___ MATERIAL FOR THIS TASK

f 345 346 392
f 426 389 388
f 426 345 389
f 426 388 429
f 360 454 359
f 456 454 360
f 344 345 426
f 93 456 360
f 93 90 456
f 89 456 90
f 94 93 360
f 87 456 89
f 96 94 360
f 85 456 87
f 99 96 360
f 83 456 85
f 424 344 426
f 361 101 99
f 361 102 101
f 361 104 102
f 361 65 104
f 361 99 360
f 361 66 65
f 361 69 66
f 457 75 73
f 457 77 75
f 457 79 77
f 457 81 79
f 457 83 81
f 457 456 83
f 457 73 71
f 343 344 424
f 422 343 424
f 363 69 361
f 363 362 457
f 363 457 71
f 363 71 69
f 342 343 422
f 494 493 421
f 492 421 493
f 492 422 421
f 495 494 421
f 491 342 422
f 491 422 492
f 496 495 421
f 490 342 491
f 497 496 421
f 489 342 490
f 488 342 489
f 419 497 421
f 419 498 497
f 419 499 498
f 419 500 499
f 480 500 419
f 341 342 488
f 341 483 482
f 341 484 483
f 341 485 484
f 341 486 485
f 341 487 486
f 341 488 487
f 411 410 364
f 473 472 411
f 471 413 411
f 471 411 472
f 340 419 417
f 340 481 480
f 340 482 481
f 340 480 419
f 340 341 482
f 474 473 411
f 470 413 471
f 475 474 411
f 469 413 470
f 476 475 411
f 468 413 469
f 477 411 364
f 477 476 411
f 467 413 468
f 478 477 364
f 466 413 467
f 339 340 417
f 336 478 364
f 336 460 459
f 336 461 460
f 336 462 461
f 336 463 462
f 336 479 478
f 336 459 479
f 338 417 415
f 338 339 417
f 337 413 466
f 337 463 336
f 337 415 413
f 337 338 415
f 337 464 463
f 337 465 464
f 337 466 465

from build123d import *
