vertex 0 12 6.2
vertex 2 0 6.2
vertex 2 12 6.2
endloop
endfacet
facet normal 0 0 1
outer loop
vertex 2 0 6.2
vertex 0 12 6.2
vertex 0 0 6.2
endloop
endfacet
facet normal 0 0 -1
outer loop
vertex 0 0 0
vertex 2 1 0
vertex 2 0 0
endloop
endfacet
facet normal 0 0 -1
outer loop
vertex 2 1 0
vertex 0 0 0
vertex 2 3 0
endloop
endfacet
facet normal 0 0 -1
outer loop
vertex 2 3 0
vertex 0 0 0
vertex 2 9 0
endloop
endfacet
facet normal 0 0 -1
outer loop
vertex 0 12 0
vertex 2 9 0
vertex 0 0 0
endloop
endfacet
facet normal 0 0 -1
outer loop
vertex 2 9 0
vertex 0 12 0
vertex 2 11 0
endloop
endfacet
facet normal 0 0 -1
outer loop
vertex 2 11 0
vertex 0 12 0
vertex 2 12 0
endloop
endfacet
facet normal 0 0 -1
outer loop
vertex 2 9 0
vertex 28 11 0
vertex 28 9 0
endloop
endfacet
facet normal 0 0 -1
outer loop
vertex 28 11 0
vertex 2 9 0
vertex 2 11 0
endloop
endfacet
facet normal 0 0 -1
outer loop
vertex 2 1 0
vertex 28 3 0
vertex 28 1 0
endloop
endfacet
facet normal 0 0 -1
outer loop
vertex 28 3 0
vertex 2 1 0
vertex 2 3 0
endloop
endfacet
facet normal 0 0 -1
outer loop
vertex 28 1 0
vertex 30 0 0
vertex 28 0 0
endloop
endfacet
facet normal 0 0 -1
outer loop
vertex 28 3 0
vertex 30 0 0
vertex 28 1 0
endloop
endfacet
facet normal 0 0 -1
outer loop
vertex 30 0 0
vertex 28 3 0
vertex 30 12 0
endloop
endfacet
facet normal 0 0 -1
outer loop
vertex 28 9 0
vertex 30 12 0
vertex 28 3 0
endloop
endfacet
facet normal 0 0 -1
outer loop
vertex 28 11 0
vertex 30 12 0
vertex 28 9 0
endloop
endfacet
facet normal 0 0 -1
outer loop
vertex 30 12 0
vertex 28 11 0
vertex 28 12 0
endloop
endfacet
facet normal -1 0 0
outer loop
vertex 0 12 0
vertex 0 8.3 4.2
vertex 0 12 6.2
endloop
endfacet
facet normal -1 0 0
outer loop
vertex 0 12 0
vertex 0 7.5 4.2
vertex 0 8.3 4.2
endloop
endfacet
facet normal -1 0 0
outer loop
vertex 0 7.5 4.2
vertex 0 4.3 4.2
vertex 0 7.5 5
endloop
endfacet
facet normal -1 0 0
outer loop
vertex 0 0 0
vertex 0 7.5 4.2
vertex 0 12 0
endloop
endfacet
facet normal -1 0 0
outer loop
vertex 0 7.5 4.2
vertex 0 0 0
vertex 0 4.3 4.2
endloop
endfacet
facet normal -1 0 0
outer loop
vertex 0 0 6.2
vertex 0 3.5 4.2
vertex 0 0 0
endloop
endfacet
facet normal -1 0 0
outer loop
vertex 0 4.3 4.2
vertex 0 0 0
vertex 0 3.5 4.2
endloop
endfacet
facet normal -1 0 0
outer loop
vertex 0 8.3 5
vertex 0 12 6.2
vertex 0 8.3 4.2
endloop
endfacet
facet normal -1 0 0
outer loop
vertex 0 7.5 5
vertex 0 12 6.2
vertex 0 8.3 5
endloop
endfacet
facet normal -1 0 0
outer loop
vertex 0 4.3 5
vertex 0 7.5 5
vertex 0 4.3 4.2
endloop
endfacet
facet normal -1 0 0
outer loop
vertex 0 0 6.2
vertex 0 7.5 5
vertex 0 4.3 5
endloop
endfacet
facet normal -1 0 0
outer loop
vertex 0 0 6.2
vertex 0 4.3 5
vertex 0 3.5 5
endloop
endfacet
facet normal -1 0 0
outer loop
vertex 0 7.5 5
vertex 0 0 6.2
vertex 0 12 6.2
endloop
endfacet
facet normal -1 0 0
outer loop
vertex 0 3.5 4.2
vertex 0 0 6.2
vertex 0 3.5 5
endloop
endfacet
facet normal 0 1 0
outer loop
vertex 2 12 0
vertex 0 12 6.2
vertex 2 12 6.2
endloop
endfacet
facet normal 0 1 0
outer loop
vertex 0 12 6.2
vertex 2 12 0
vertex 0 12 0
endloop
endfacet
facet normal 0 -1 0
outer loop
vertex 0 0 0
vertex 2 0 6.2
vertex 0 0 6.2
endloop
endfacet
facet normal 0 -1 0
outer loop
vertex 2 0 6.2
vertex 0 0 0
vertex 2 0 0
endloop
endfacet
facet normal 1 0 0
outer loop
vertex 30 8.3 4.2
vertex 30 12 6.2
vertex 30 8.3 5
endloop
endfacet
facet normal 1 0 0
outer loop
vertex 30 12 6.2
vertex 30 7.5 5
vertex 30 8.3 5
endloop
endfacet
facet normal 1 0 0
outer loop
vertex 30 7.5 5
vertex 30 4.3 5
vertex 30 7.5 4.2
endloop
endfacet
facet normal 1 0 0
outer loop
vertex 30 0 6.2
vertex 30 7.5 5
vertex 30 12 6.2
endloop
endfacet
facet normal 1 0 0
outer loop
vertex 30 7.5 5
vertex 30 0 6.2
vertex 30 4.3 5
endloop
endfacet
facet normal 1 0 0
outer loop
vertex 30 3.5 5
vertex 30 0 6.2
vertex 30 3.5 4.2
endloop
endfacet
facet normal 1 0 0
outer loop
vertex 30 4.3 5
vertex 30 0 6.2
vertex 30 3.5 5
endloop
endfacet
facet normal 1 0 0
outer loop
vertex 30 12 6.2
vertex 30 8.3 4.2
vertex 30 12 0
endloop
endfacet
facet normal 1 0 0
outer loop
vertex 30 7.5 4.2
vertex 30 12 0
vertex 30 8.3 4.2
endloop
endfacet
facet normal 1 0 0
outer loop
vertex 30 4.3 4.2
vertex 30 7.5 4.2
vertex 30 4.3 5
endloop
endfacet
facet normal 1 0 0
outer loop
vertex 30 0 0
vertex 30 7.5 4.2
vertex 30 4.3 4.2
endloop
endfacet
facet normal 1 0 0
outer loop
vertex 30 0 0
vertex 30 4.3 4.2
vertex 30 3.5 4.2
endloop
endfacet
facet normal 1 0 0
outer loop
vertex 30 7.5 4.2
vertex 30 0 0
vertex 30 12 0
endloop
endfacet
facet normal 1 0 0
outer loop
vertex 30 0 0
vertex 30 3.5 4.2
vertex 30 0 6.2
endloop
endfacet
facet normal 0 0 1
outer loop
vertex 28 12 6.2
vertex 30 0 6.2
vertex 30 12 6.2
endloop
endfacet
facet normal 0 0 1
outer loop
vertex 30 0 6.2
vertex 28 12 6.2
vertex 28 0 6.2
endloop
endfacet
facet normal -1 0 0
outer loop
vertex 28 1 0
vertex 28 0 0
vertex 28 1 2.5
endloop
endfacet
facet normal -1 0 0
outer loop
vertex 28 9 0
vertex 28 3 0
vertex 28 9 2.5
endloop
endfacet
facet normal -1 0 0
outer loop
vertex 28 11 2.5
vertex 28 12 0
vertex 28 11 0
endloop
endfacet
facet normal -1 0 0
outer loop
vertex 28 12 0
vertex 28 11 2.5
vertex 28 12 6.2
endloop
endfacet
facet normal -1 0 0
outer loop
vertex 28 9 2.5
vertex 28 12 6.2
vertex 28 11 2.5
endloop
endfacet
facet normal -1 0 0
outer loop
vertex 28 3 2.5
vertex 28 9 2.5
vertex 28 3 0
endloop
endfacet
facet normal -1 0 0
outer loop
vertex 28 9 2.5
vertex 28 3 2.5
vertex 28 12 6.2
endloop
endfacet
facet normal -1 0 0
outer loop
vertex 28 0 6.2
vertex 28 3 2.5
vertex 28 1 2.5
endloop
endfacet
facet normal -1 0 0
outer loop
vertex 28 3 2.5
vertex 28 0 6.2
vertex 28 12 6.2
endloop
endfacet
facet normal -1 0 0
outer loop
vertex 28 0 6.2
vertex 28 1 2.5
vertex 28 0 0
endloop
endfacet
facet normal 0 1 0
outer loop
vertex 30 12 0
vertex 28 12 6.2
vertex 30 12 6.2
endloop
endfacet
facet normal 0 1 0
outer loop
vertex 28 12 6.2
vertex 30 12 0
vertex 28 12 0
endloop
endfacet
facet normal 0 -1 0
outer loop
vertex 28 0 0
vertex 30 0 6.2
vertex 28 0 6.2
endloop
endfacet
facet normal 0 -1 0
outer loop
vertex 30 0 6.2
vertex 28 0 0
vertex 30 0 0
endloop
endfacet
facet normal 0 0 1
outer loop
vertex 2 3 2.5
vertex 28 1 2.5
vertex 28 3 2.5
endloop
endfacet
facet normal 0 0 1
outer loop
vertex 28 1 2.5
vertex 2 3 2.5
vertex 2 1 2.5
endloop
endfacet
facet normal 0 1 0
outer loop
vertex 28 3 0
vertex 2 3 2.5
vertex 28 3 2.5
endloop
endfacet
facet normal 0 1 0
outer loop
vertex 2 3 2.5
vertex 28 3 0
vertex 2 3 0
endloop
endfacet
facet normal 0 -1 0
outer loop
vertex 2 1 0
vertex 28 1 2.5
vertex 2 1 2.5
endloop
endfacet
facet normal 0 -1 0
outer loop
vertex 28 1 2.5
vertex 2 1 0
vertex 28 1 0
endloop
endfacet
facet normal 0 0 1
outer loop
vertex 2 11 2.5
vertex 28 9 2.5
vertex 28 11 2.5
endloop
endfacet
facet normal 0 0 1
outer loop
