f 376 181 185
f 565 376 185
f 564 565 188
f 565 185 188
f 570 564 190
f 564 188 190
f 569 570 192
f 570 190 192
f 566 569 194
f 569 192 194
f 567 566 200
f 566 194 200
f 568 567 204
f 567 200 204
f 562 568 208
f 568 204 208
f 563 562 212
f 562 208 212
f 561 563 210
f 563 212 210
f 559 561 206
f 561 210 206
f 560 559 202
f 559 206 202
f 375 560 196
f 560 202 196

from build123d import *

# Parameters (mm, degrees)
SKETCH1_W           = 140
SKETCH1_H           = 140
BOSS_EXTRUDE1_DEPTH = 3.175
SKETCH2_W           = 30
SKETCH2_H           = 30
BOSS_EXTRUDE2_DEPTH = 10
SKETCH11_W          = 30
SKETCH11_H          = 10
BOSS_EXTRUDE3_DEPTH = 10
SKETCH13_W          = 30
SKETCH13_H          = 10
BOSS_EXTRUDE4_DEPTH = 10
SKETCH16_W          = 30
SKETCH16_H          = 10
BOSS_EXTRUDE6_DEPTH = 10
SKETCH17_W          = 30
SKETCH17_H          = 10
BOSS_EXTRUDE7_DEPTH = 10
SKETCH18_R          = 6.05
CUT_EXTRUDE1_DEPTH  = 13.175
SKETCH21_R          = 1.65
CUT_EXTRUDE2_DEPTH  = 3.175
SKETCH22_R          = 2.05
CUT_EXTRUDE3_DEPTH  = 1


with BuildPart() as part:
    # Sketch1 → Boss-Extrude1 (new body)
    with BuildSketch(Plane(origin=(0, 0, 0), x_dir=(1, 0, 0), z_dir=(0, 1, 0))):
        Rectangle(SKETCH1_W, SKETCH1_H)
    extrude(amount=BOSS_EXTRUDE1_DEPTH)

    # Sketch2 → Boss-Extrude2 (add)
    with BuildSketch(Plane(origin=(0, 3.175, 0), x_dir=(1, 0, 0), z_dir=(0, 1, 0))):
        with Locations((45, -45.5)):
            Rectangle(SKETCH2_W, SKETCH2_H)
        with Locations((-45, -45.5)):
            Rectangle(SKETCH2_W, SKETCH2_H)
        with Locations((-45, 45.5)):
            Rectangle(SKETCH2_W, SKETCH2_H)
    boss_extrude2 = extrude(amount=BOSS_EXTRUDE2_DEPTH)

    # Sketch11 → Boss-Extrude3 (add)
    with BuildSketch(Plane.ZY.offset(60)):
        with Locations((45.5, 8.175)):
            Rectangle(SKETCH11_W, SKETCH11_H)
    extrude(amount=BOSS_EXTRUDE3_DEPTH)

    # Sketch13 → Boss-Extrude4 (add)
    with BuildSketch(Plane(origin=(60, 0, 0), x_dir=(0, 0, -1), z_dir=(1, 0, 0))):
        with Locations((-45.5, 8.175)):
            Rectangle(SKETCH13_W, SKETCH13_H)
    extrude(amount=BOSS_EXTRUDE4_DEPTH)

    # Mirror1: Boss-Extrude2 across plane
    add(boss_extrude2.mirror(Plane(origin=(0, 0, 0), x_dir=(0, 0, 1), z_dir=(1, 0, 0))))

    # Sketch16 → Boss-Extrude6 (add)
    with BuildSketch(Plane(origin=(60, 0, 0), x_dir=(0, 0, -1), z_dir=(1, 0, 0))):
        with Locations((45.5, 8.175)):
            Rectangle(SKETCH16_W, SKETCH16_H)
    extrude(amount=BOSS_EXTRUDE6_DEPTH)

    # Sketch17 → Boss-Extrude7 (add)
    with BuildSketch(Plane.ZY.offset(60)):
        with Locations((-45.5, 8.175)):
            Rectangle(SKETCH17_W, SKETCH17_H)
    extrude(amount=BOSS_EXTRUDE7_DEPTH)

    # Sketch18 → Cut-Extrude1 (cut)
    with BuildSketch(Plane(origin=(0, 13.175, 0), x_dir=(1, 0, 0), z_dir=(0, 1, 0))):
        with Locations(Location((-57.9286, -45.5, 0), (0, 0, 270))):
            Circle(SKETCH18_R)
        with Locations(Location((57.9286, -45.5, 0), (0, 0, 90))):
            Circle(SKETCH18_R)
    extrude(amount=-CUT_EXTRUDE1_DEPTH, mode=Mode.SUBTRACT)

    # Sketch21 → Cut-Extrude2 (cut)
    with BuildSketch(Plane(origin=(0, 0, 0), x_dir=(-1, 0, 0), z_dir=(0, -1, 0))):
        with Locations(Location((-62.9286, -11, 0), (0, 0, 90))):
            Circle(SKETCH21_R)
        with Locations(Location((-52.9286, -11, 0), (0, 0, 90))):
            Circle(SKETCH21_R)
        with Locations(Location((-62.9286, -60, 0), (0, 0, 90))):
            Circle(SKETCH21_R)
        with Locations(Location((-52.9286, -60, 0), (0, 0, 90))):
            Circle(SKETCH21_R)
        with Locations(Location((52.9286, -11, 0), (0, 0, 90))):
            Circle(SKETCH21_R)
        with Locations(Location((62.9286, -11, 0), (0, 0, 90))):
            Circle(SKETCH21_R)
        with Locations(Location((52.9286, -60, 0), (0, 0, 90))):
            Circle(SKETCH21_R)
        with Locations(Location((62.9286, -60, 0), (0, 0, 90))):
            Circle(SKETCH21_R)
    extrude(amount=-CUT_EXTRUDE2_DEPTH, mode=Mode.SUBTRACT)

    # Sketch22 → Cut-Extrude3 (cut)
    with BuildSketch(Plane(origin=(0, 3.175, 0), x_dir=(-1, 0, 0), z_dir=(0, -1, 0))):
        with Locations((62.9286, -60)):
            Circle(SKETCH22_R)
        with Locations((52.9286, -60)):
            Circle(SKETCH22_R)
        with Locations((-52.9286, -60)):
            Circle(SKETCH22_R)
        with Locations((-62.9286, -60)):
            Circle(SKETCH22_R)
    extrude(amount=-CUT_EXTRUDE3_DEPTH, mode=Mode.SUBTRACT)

______

Which lines in the data above contain "Mode"? Show each one.

RESPONSE FOR THIS EXERCISE >>
    extrude(amount=-CUT_EXTRUDE1_DEPTH, mode=Mode.SUBTRACT)
    extrude(amount=-CUT_EXTRUDE2_DEPTH, mode=Mode.SUBTRACT)
    extrude(amount=-CUT_EXTRUDE3_DEPTH, mode=Mode.SUBTRACT)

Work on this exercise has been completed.